Exercise:
Copy out all of the records. Keep every word exact.

(Dataset entries)
----
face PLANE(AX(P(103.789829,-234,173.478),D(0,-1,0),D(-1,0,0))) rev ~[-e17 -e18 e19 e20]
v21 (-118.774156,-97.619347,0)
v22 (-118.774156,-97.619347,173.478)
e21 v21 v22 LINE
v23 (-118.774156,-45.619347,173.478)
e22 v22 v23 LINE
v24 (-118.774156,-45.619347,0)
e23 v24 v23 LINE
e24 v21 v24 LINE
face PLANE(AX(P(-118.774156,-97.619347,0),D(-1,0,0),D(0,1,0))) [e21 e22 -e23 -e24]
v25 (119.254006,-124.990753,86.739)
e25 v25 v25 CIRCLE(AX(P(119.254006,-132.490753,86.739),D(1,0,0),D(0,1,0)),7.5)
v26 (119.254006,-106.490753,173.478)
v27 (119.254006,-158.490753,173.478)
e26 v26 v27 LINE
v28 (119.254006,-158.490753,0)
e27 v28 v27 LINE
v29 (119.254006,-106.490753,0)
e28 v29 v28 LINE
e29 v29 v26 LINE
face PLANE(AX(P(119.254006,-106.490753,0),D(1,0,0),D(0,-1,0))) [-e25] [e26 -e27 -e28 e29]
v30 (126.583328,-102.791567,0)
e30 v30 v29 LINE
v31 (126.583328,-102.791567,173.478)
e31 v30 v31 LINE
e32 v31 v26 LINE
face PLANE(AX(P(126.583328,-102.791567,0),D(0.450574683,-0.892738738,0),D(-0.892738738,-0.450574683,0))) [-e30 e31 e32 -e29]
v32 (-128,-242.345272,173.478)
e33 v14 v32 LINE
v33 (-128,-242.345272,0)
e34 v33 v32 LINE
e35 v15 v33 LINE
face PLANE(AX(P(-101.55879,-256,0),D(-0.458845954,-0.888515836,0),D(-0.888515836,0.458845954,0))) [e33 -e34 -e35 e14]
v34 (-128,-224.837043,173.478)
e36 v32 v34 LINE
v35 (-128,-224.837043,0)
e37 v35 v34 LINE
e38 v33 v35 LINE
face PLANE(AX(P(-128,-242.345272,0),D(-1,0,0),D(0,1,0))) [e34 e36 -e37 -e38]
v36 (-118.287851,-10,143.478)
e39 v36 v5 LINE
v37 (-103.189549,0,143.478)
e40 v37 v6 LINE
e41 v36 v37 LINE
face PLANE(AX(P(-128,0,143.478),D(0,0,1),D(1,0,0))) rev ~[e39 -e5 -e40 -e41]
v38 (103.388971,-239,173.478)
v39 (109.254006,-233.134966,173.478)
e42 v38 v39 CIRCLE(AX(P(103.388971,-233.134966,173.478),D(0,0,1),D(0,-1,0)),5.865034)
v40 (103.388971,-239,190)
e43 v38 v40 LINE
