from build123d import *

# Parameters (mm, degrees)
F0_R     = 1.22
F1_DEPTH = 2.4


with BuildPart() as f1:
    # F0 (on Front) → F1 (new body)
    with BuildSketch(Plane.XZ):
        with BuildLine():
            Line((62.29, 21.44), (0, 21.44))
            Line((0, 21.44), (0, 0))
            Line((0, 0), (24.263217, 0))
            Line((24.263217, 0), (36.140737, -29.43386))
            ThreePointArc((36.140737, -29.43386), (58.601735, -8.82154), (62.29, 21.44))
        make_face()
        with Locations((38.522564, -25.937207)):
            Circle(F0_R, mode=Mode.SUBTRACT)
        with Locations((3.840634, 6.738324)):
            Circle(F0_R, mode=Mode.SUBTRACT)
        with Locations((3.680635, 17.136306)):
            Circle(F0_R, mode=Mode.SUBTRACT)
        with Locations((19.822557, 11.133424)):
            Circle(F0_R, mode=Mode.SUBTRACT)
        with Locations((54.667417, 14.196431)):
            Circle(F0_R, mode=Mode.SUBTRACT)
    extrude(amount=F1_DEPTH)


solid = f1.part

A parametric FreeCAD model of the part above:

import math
import FreeCAD as App
import Part
import Sketcher

doc = App.newDocument("Part")
body = doc.addObject("PartDesign::Body", "Body")

sketch1 = body.newObject("Sketcher::SketchObject", "Sketch")
sketch1.AttachmentSupport = (doc.getObject("XZ_Plane"), [""])
sketch1.MapMode = "FlatFace"
sketch1.addGeometry([
    Part.LineSegment(App.Vector(62.29, 21.44, 0), App.Vector(0, 21.44, 0)),
    Part.LineSegment(App.Vector(0, 21.44, 0), App.Vector(0, 0, 0)),
    Part.LineSegment(App.Vector(0, 0, 0), App.Vector(24.263217, 0, 0)),
    Part.LineSegment(App.Vector(24.263217, 0, 0), App.Vector(36.140737, -29.43386, 0)),
    Part.ArcOfCircle(Part.Circle(App.Vector(19.441677, 11.306805, 0), App.Vector(0, 0, 1), 44.030221), math.radians(-67.711925), math.radians(13.305421)),
    Part.Circle(App.Vector(38.522564, -25.937207, 0), App.Vector(0, 0, 1), 1.22),
    Part.Circle(App.Vector(3.840634, 6.738324, 0), App.Vector(0, 0, 1), 1.22),
    Part.Circle(App.Vector(3.680635, 17.136306, 0), App.Vector(0, 0, 1), 1.22),
    Part.Circle(App.Vector(19.822557, 11.133424, 0), App.Vector(0, 0, 1), 1.22),
    Part.Circle(App.Vector(54.667417, 14.196431, 0), App.Vector(0, 0, 1), 1.22),
], False)
sketch1.addConstraint([
    Sketcher.Constraint("Coincident", 0, 2, 1, 1),
    Sketcher.Constraint("Coincident", 1, 2, 2, 1),
    Sketcher.Constraint("Coincident", 2, 2, 3, 1),
    Sketcher.Constraint("Coincident", 3, 2, 4, 1),
    Sketcher.Constraint("Coincident", 4, 2, 0, 1),
    Sketcher.Constraint("Horizontal", 0),
    Sketcher.Constraint("Vertical", 1),
    Sketcher.Constraint("Horizontal", 2),
    Sketcher.Constraint("Coincident", 1, 2, -1, 1),
    Sketcher.Constraint("Equal", 5, 6),
    Sketcher.Constraint("Equal", 6, 7),
    Sketcher.Constraint("Equal", 7, 8),
    Sketcher.Constraint("Equal", 8, 9),
    Sketcher.Constraint("Diameter", 5, 2.44),
    Sketcher.Constraint("DistanceX", 0, 2, 0, 1, 62.29),
    Sketcher.Constraint("DistanceY", 1, 2, 1, 1, 21.44),
    Sketcher.Constraint("Distance", 3, 31.74),
    Sketcher.Constraint("Radius", 4, 44.030221),
    Sketcher.Constraint("DistanceX", 7, 3, 6, 3, 0.159999),
    Sketcher.Constraint("DistanceY", 4, 3, 7, 3, 5.829501),
    Sketcher.Constraint("DistanceY", 6, 3, 8, 3, 4.3951),
    Sketcher.Constraint("DistanceX", 2, 1, 2, 2, 24.263217),
    Sketcher.Constraint("DistanceY", -1, 1, 9, 3, 14.196431),
    Sketcher.Constraint("DistanceY", 3, 2, -1, 1, 29.43386),
    Sketcher.Constraint("DistanceY", 6, 3, 4, 3, 4.568481),
    Sketcher.Constraint("DistanceX", 6, 3, 5, 3, 34.68193),
    Sketcher.Constraint("DistanceY", 5, 3, 6, 3, 32.675531),
    Sketcher.Constraint("DistanceX", 4, 3, 8, 3, 0.38088),
    Sketcher.Constraint("DistanceX", 8, 3, 9, 3, 34.84486),
    Sketcher.Constraint("DistanceX", 7, 3, 9, 3, 50.986782),
])
pad1 = body.newObject("PartDesign::Pad", "Pad")
pad1.Profile = sketch1
pad1.Length = 2.4

doc.recompute()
----
The completed task:
face PLANE(AX(P(103.789829,-234,173.478),D(0,-1,0),D(-1,0,0))) rev ~[-e17 -e18 e19 e20]
v21 (-118.774156,-97.619347,0)
v22 (-118.774156,-97.619347,173.478)
e21 v21 v22 LINE
v23 (-118.774156,-45.619347,173.478)
e22 v22 v23 LINE
v24 (-118.774156,-45.619347,0)
e23 v24 v23 LINE
e24 v21 v24 LINE
face PLANE(AX(P(-118.774156,-97.619347,0),D(-1,0,0),D(0,1,0))) [e21 e22 -e23 -e24]
v25 (119.254006,-124.990753,86.739)
e25 v25 v25 CIRCLE(AX(P(119.254006,-132.490753,86.739),D(1,0,0),D(0,1,0)),7.5)
v26 (119.254006,-106.490753,173.478)
v27 (119.254006,-158.490753,173.478)
e26 v26 v27 LINE
v28 (119.254006,-158.490753,0)
e27 v28 v27 LINE
v29 (119.254006,-106.490753,0)
e28 v29 v28 LINE
e29 v29 v26 LINE
face PLANE(AX(P(119.254006,-106.490753,0),D(1,0,0),D(0,-1,0))) [-e25] [e26 -e27 -e28 e29]
v30 (126.583328,-102.791567,0)
e30 v30 v29 LINE
v31 (126.583328,-102.791567,173.478)
e31 v30 v31 LINE
e32 v31 v26 LINE
face PLANE(AX(P(126.583328,-102.791567,0),D(0.450574683,-0.892738738,0),D(-0.892738738,-0.450574683,0))) [-e30 e31 e32 -e29]
v32 (-128,-242.345272,173.478)
e33 v14 v32 LINE
v33 (-128,-242.345272,0)
e34 v33 v32 LINE
e35 v15 v33 LINE
face PLANE(AX(P(-101.55879,-256,0),D(-0.458845954,-0.888515836,0),D(-0.888515836,0.458845954,0))) [e33 -e34 -e35 e14]
v34 (-128,-224.837043,173.478)
e36 v32 v34 LINE
v35 (-128,-224.837043,0)
e37 v35 v34 LINE
e38 v33 v35 LINE
face PLANE(AX(P(-128,-242.345272,0),D(-1,0,0),D(0,1,0))) [e34 e36 -e37 -e38]
v36 (-118.287851,-10,143.478)
e39 v36 v5 LINE
v37 (-103.189549,0,143.478)
e40 v37 v6 LINE
e41 v36 v37 LINE
face PLANE(AX(P(-128,0,143.478),D(0,0,1),D(1,0,0))) rev ~[e39 -e5 -e40 -e41]
v38 (103.388971,-239,173.478)
v39 (109.254006,-233.134966,173.478)
e42 v38 v39 CIRCLE(AX(P(103.388971,-233.134966,173.478),D(0,0,1),D(0,-1,0)),5.865034)
v40 (103.388971,-239,190)
e43 v38 v40 LINE
from build123d import *

# Parameters (mm, degrees)
F0_R     = 1.22
F1_DEPTH = 2.4


with BuildPart() as f1:
    # F0 (on Front) → F1 (new body)
    with BuildSketch(Plane.XZ):
        with BuildLine():
            Line((62.29, 21.44), (0, 21.44))
            Line((0, 21.44), (0, 0))
            Line((0, 0), (24.263217, 0))
            Line((24.263217, 0), (36.140737, -29.43386))
            ThreePointArc((36.140737, -29.43386), (58.601735, -8.82154), (62.29, 21.44))
        make_face()
        with Locations((38.522564, -25.937207)):
            Circle(F0_R, mode=Mode.SUBTRACT)
        with Locations((3.840634, 6.738324)):
            Circle(F0_R, mode=Mode.SUBTRACT)
        with Locations((3.680635, 17.136306)):
            Circle(F0_R, mode=Mode.SUBTRACT)
        with Locations((19.822557, 11.133424)):
            Circle(F0_R, mode=Mode.SUBTRACT)
        with Locations((54.667417, 14.196431)):
            Circle(F0_R, mode=Mode.SUBTRACT)
    extrude(amount=F1_DEPTH)


solid = f1.part

A parametric FreeCAD model of the part above:

import math
import FreeCAD as App
import Part
import Sketcher

doc = App.newDocument("Part")
body = doc.addObject("PartDesign::Body", "Body")

sketch1 = body.newObject("Sketcher::SketchObject", "Sketch")
sketch1.AttachmentSupport = (doc.getObject("XZ_Plane"), [""])
sketch1.MapMode = "FlatFace"
sketch1.addGeometry([
    Part.LineSegment(App.Vector(62.29, 21.44, 0), App.Vector(0, 21.44, 0)),
    Part.LineSegment(App.Vector(0, 21.44, 0), App.Vector(0, 0, 0)),
    Part.LineSegment(App.Vector(0, 0, 0), App.Vector(24.263217, 0, 0)),
    Part.LineSegment(App.Vector(24.263217, 0, 0), App.Vector(36.140737, -29.43386, 0)),
    Part.ArcOfCircle(Part.Circle(App.Vector(19.441677, 11.306805, 0), App.Vector(0, 0, 1), 44.030221), math.radians(-67.711925), math.radians(13.305421)),
    Part.Circle(App.Vector(38.522564, -25.937207, 0), App.Vector(0, 0, 1), 1.22),
    Part.Circle(App.Vector(3.840634, 6.738324, 0), App.Vector(0, 0, 1), 1.22),
    Part.Circle(App.Vector(3.680635, 17.136306, 0), App.Vector(0, 0, 1), 1.22),
    Part.Circle(App.Vector(19.822557, 11.133424, 0), App.Vector(0, 0, 1), 1.22),
    Part.Circle(App.Vector(54.667417, 14.196431, 0), App.Vector(0, 0, 1), 1.22),
], False)
sketch1.addConstraint([
    Sketcher.Constraint("Coincident", 0, 2, 1, 1),
    Sketcher.Constraint("Coincident", 1, 2, 2, 1),
    Sketcher.Constraint("Coincident", 2, 2, 3, 1),
    Sketcher.Constraint("Coincident", 3, 2, 4, 1),
    Sketcher.Constraint("Coincident", 4, 2, 0, 1),
    Sketcher.Constraint("Horizontal", 0),
    Sketcher.Constraint("Vertical", 1),
    Sketcher.Constraint("Horizontal", 2),
    Sketcher.Constraint("Coincident", 1, 2, -1, 1),
    Sketcher.Constraint("Equal", 5, 6),
    Sketcher.Constraint("Equal", 6, 7),
    Sketcher.Constraint("Equal", 7, 8),
    Sketcher.Constraint("Equal", 8, 9),
    Sketcher.Constraint("Diameter", 5, 2.44),
    Sketcher.Constraint("DistanceX", 0, 2, 0, 1, 62.29),
    Sketcher.Constraint("DistanceY", 1, 2, 1, 1, 21.44),
    Sketcher.Constraint("Distance", 3, 31.74),
    Sketcher.Constraint("Radius", 4, 44.030221),
    Sketcher.Constraint("DistanceX", 7, 3, 6, 3, 0.159999),
    Sketcher.Constraint("DistanceY", 4, 3, 7, 3, 5.829501),
    Sketcher.Constraint("DistanceY", 6, 3, 8, 3, 4.3951),
    Sketcher.Constraint("DistanceX", 2, 1, 2, 2, 24.263217),
    Sketcher.Constraint("DistanceY", -1, 1, 9, 3, 14.196431),
    Sketcher.Constraint("DistanceY", 3, 2, -1, 1, 29.43386),
    Sketcher.Constraint("DistanceY", 6, 3, 4, 3, 4.568481),
    Sketcher.Constraint("DistanceX", 6, 3, 5, 3, 34.68193),
    Sketcher.Constraint("DistanceY", 5, 3, 6, 3, 32.675531),
    Sketcher.Constraint("DistanceX", 4, 3, 8, 3, 0.38088),
    Sketcher.Constraint("DistanceX", 8, 3, 9, 3, 34.84486),
    Sketcher.Constraint("DistanceX", 7, 3, 9, 3, 50.986782),
])
pad1 = body.newObject("PartDesign::Pad", "Pad")
pad1.Profile = sketch1
pad1.Length = 2.4

doc.recompute()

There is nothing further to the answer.